Paragraph (a)(1)(ii) of the proposed regulation states that in 
determining whether a corporation is included in a controlled group of 
corporations, section 1563(b) shall not be taken into account. Section 
1563(b) defines a component member, including an excluded member and an 
additional member. Paragraph (a)(1)(ii) as now revised will also 
provide that the underlying regulation, Sec.  1.1563-1(b), which 
defines a component member, shall not be taken into account in 
determining the members of a controlled group.

Special Analyses

    It has been determined that this regulation is not a significant 
regulatory action as defined in Executive Order 12866. Therefore, a 
regulatory assessment is not required. It also has been determined that 
section 553(b) of the Administrative Procedure Act (5 U.S.C. chapter 5) 
does not apply to this regulation and because this regulation does not 
impose a collection of information on small entities, the Regulatory 
Flexibility Act (5 U.S.C. chapter 6) does not apply. Pursuant to 
section 7805(f) this regulation has been submitted to the Chief Counsel 
for Advocacy of the Small Business Administration for comment on its 
impact on small business.

Drafting Information

    The principal author of this regulation is Grid Glyer of the Office 
of Associate Chief Counsel (Corporate). However, other personnel from 
the IRS and the Treasury Department participated in its development.

List of Subjects in 26 CFR Part 1

    Income taxes, Reporting and recordkeeping requirements.
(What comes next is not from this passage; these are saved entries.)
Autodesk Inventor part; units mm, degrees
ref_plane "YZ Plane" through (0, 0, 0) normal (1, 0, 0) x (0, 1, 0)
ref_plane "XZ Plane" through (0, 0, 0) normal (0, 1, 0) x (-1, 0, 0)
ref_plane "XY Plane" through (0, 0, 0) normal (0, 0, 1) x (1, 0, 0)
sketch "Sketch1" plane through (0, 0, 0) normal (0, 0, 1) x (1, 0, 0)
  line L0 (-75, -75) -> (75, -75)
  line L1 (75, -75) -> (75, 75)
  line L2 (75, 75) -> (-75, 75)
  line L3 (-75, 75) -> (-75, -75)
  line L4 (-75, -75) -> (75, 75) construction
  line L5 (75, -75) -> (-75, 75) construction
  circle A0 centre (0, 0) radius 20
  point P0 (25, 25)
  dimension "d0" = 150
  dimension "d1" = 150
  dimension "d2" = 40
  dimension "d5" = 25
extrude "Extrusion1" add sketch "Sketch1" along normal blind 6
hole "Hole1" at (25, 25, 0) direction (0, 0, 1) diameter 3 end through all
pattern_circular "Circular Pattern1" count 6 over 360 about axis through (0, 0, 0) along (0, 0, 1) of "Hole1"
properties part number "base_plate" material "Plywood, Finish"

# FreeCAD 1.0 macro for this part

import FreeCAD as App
import Part
import Sketcher
Q = App.Units.Quantity

doc = App.newDocument("Part")
params = doc.addObject("Spreadsheet::Sheet", "Params")
for row, (alias, value) in enumerate([
    ("sketch1_diameter", "40 mm"),
    ("sketch1_width", "150 mm"),
    ("pad1_length", "6 mm"),
    ("sketch2_diameter", "3 mm"),
    ("hole_diameter", "3 mm"),
], start=1):
    params.set(f"A{row}", alias)
    params.set(f"B{row}", "=" + value)
    params.setAlias(f"B{row}", alias)

body = doc.addObject("PartDesign::Body", "Body")

sketch1 = body.newObject("Sketcher::SketchObject", "Sketch")
sketch1.AttachmentSupport = (doc.getObject("XY_Plane"), [""])
sketch1.MapMode = "FlatFace"
sketch1.addGeometry(Part.LineSegment(App.Vector(-75, 75, 0), App.Vector(-75, -75, 0)), False)
sketch1.addGeometry(Part.LineSegment(App.Vector(-75, -75, 0), App.Vector(75, -75, 0)), False)
sketch1.addGeometry(Part.LineSegment(App.Vector(75, -75, 0), App.Vector(75, 75, 0)), False)
sketch1.addGeometry(Part.LineSegment(App.Vector(75, 75, 0), App.Vector(-75, 75, 0)), False)
sketch1.addGeometry(Part.Circle(App.Vector(0, 0, 0), App.Vector(0, 0, 1), 20), False)
sketch1.addConstraint(Sketcher.Constraint("Coincident", 0, 2, 1, 1))
sketch1.addConstraint(Sketcher.Constraint("Coincident", 1, 2, 2, 1))
sketch1.addConstraint(Sketcher.Constraint("Coincident", 2, 2, 3, 1))
sketch1.addConstraint(Sketcher.Constraint("Coincident", 3, 2, 0, 1))
sketch1.addConstraint(Sketcher.Constraint("Vertical", 0))
sketch1.addConstraint(Sketcher.Constraint("Horizontal", 1))
sketch1.addConstraint(Sketcher.Constraint("Vertical", 2))
sketch1.addConstraint(Sketcher.Constraint("Horizontal", 3))
sketch1.addConstraint(Sketcher.Constraint("Coincident", 4, 3, -1, 1))
sketch1.addConstraint(Sketcher.Constraint("Symmetric", 0, 2, 2, 2, -1, 1))
sketch1.addConstraint(Sketcher.Constraint("Equal", 3, 0))
sketch1.addConstraint(Sketcher.Constraint("Diameter", 4, Q("40 mm")))
sketch1.addConstraint(Sketcher.Constraint("DistanceX", 1, 1, 1, 2, Q("150 mm")))
sketch1.setExpression("Constraints[11]", "Params.sketch1_diameter")
sketch1.setExpression("Constraints[12]", "Params.sketch1_width")
pad1 = body.newObject("PartDesign::Pad", "Pad")
pad1.Profile = sketch1
pad1.setExpression("Length", "Params.pad1_length")

sketch2 = body.newObject("Sketcher::SketchObject", "Sketch001")
sketch2.AttachmentSupport = (doc.getObject("XY_Plane"), [""])
sketch2.MapMode = "FlatFace"
sketch2.addGeometry(Part.Circle(App.Vector(25, 25, 0), App.Vector(0, 0, 1), 1.5), False)
sketch2.addConstraint(Sketcher.Constraint("Diameter", 0, Q("3 mm")))
sketch2.addConstraint(Sketcher.Constraint("DistanceX", -1, 1, 0, 3, Q("25 mm")))
sketch2.addConstraint(Sketcher.Constraint("DistanceY", -1, 1, 0, 3, Q("25 mm")))
sketch2.setExpression("Constraints[0]", "Params.sketch2_diameter")
doc.recompute()
hole = body.newObject("PartDesign::Hole", "Hole")
hole.Profile = sketch2
hole.ThreadType = "None"
hole.setExpression("Diameter", "Params.hole_diameter")
hole.DepthType = "ThroughAll"
hole.Reversed = True
doc.recompute()

polarpattern = body.newObject("PartDesign::PolarPattern", "PolarPattern")
polarpattern.Originals = [hole]
polarpattern.Axis = (doc.getObject("Z_Axis"), [""])
polarpattern.Angle = 360
polarpattern.Occurrences = 6
body.Tip = polarpattern

doc.recompute()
Adoption of Amendments to the Regulations

    Accordingly, 26 CFR part 1 is amended as follows:

PART 1--INCOME TAXES

0
Paragraph 1. The authority citation for part 1 continues to read in 
part as follows:

    Authority:  26 U.S.C. 7805 * * *


0
Par. 2. Section 1.1563-1 is amended by:
0
1. Redesignating paragraph (a)(1)(ii) as paragraph (a)(1)(iii) and 
adding new paragraph (a)(1)(ii).
0
2. Adding Example 4 to paragraph (b)(4).
0
3. Adding a sentence at the end of paragraph (e).
    The additions read as follows:


Sec.  1.1563-1  Definition of controlled group of corporations and 
component members and related concepts.

    (a) * * *
    (1) * * *
    (ii) Special rules. In determining whether a corporation is 
included in a controlled group of corporations, section 1563(b) and 
paragraph (b) of this section shall not be taken into account. For 
rules defining a component member of a controlled group of 
corporations, including rules defining an excluded member and an 
additional member, see section 1563(b) and paragraph (b) of this 
section.
* * * * *
    (b) * * *
    (4) * * *

    Example 4.  Individual A owns all of the stock of corporations 
X, Y and Z. Each of these corporations is an S corporation. X, Y, 
and Z are each members of a brother-sister controlled group, even 
though each such corporation is treated as an excluded member of 
such group. See Sec.  1.1563-1(b)(2)(ii)(C).
* * * * *
    (e) Effective/Applicability date. * * * Paragraph (a)(1)(ii) of 
this section

[[Page 19908]]

applies to taxable years beginning on or after April 11, 2011.

Steven T. Miller,
Deputy Commissioner for Services and Enforcement.
    Approved: April 4, 2011.
Michael Mundaca,
Assistant Secretary of the Treasury (Tax Policy).